Configuring CORS Rules

Opening Settings

  1. Select the bucket for which you want to configure CORS;
  2. Navigate to the "Settings" tab;
  3. Find the "CORS Headers Configuration" section;
  4. Click the "Edit" button;

There you will find a table with the created CORS rules, if you have already created any. You can have multiple CORS rules for a single bucket. Rules can be reordered in the table by clicking the up and down arrows on the right side of the table, or deleted by clicking the trash icon.

CORS Headers Configuration

Creating a CORS Rule

Click the "New CORS Rules" button to open a dialog for creating a new rule.

Add CORS Rule Dialog

Configuring Parameters

In the dialog for creating a new rule, you can configure the following parameters:

Allowed Origins

Enter the domains that can send cross-domain requests to the bucket.
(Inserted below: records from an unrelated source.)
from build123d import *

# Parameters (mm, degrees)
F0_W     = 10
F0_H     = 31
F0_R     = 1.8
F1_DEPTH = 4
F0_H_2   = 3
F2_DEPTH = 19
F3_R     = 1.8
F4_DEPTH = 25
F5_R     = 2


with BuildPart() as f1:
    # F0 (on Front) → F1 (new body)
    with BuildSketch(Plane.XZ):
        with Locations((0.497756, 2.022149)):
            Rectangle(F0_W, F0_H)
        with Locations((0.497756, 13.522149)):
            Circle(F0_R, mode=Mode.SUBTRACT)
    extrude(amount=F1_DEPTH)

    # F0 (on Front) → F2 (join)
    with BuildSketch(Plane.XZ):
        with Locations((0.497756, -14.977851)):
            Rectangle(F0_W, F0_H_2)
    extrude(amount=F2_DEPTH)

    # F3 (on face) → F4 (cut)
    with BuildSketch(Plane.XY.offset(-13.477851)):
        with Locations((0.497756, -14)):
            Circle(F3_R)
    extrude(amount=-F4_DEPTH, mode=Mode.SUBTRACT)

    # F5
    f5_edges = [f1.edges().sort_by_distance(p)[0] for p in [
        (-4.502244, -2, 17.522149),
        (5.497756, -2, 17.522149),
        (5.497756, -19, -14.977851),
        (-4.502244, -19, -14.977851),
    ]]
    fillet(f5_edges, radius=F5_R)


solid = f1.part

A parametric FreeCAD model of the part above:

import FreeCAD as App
import Part
import Sketcher
Q = App.Units.Quantity


def edges_at(feature, points):
    """Names of the edges that pass closest to the given points."""
    edges = feature.Shape.Edges
    near = lambda p: min(range(len(edges)), key=lambda i: edges[i].distToShape(Part.Vertex(*p))[0])
    return sorted({f"Edge{near(p) + 1}" for p in points})

doc = App.newDocument("Part")
body = doc.addObject("PartDesign::Body", "Body")

# Sketch on XZ plane
sketch1 = body.newObject("Sketcher::SketchObject", "Sketch")
sketch1.AttachmentSupport = (doc.getObject("XZ_Plane"), [""])
sketch1.MapMode = "FlatFace"
sketch1.addGeometry(Part.LineSegment(App.Vector(-4.5, 17.5, 0), App.Vector(-4.5, -13.5, 0)), False)
sketch1.addGeometry(Part.LineSegment(App.Vector(-4.5, -13.5, 0), App.Vector(5.5, -13.5, 0)), False)
sketch1.addGeometry(Part.LineSegment(App.Vector(5.5, -13.5, 0), App.Vector(5.5, 17.5, 0)), False)
sketch1.addGeometry(Part.LineSegment(App.Vector(5.5, 17.5, 0), App.Vector(-4.5, 17.5, 0)), False)
sketch1.addGeometry(Part.Circle(App.Vector(0.5, 13.5, 0), App.Vector(0, 0, 1), 1.8), False)
sketch1.addConstraint(Sketcher.Constraint("Coincident", 0, 2, 1, 1))
sketch1.addConstraint(Sketcher.Constraint("Coincident", 1, 2, 2, 1))
sketch1.addConstraint(Sketcher.Constraint("Coincident", 2, 2, 3, 1))
sketch1.addConstraint(Sketcher.Constraint("Coincident", 3, 2, 0, 1))
sketch1.addConstraint(Sketcher.Constraint("Vertical", 0))
sketch1.addConstraint(Sketcher.Constraint("Horizontal", 1))
sketch1.addConstraint(Sketcher.Constraint("Vertical", 2))
sketch1.addConstraint(Sketcher.Constraint("Horizontal", 3))
sketch1.addConstraint(Sketcher.Constraint("Diameter", 4, Q("3.6 mm")))
sketch1.addConstraint(Sketcher.Constraint("DistanceX", 1, 1, 1, 2, Q("10 mm")))
sketch1.addConstraint(Sketcher.Constraint("DistanceY", 0, 2, 0, 1, Q("31 mm")))
sketch1.addConstraint(Sketcher.Constraint("DistanceX", 0, 2, 4, 3, Q("5 mm")))
sketch1.addConstraint(Sketcher.Constraint("DistanceY", 0, 2, 4, 3, Q("27 mm")))
sketch1.addConstraint(Sketcher.Constraint("DistanceY", -1, 1, 4, 3, Q("13.522149 mm")))
sketch1.addConstraint(Sketcher.Constraint("DistanceX", -1, 1, 4, 3, Q("0.497756 mm")))
pad1 = body.newObject("PartDesign::Pad", "Pad")
pad1.Profile = sketch1
pad1.Length = 4

# Sketch on XZ plane
sketch2 = body.newObject("Sketcher::SketchObject", "Sketch001")
sketch2.AttachmentSupport = (doc.getObject("XZ_Plane"), [""])
sketch2.MapMode = "FlatFace"
sketch2.addGeometry(Part.LineSegment(App.Vector(-4.5, -13.5, 0), App.Vector(-4.5, -16.5, 0)), False)
sketch2.addGeometry(Part.LineSegment(App.Vector(-4.5, -16.5, 0), App.Vector(5.5, -16.5, 0)), False)
sketch2.addGeometry(Part.LineSegment(App.Vector(5.5, -16.5, 0), App.Vector(5.5, -13.5, 0)), False)
sketch2.addGeometry(Part.LineSegment(App.Vector(5.5, -13.5, 0), App.Vector(-4.5, -13.5, 0)), False)
sketch2.addConstraint(Sketcher.Constraint("Coincident", 0, 2, 1, 1))
sketch2.addConstraint(Sketcher.Constraint("Coincident", 1, 2, 2, 1))
sketch2.addConstraint(Sketcher.Constraint("Coincident", 2, 2, 3, 1))
sketch2.addConstraint(Sketcher.Constraint("Coincident", 3, 2, 0, 1))
sketch2.addConstraint(Sketcher.Constraint("Vertical", 0))
sketch2.addConstraint(Sketcher.Constraint("Horizontal", 1))
sketch2.addConstraint(Sketcher.Constraint("Vertical", 2))
sketch2.addConstraint(Sketcher.Constraint("Horizontal", 3))
sketch2.addConstraint(Sketcher.Constraint("DistanceX", 1, 1, 1, 2, Q("10 mm")))
sketch2.addConstraint(Sketcher.Constraint("DistanceY", 0, 2, 0, 1, Q("3 mm")))
sketch2.addConstraint(Sketcher.Constraint("DistanceY", 0, 2, -1, 1, Q("16.477851 mm")))
sketch2.addConstraint(Sketcher.Constraint("DistanceX", 0, 2, -1, 1, Q("4.502244 mm")))
pad2 = body.newObject("PartDesign::Pad", "Pad001")
pad2.Profile = sketch2
pad2.Length = 19

# Sketch on XY plane
sketch3 = body.newObject("Sketcher::SketchObject", "Sketch002")
sketch3.AttachmentSupport = (doc.getObject("XY_Plane"), [""])
sketch3.MapMode = "FlatFace"
sketch3.AttachmentOffset = App.Placement(App.Vector(0, 0, -13.477851), App.Rotation())
sketch3.addGeometry(Part.Circle(App.Vector(0.5, -14, 0), App.Vector(0, 0, 1), 1.8), False)
sketch3.addConstraint(Sketcher.Constraint("Diameter", 0, Q("3.6 mm")))
sketch3.addConstraint(Sketcher.Constraint("DistanceY", 0, 3, -1, 1, Q("14 mm")))
sketch3.addConstraint(Sketcher.Constraint("DistanceX", -1, 1, 0, 3, Q("0.497756 mm")))
pocket1 = body.newObject("PartDesign::Pocket", "Pocket")
pocket1.Profile = sketch3
pocket1.Length = 25
doc.recompute()

fillet = body.newObject("PartDesign::Fillet", "Fillet")
fillet.Base = (pocket1, edges_at(pocket1, [
    (-4.502, -2, 17.522),
    (5.498, -2, 17.522),
    (5.498, -19, -14.978),
    (-4.502, -19, -14.978),
]))
fillet.Radius = 2

doc.recompute()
  • You can add multiple domains;
  • Use * to allow all domains (not recommended for production environments);
  • Format: https://example.com or https://*.example.com.

Example

If your website is at https://mywebsite.com, enter that exact domain.

Allowed Methods

Select at least one HTTP method that can be used for cross-domain requests:

  • GET - for downloading objects;
  • PUT - for uploading or updating objects;
  • POST - for uploading objects;
  • DELETE - for deleting objects;
  • HEAD - for checking the existence of objects.

Allowed Headers

Optionally, you can select which headers are allowed in the request. They will be returned via the Access-Control-Request-Headers header.

Commonly used headers:

  • Content-Type - for specifying the content type;
  • Authorization - for user authentication;
  • X-Requested-With - for AJAX requests;
  • CSRF-Token - for protection against CSRF attacks.

Max Age

The time in seconds during which the browser can cache the result of the preflight request. This reduces the number of additional requests.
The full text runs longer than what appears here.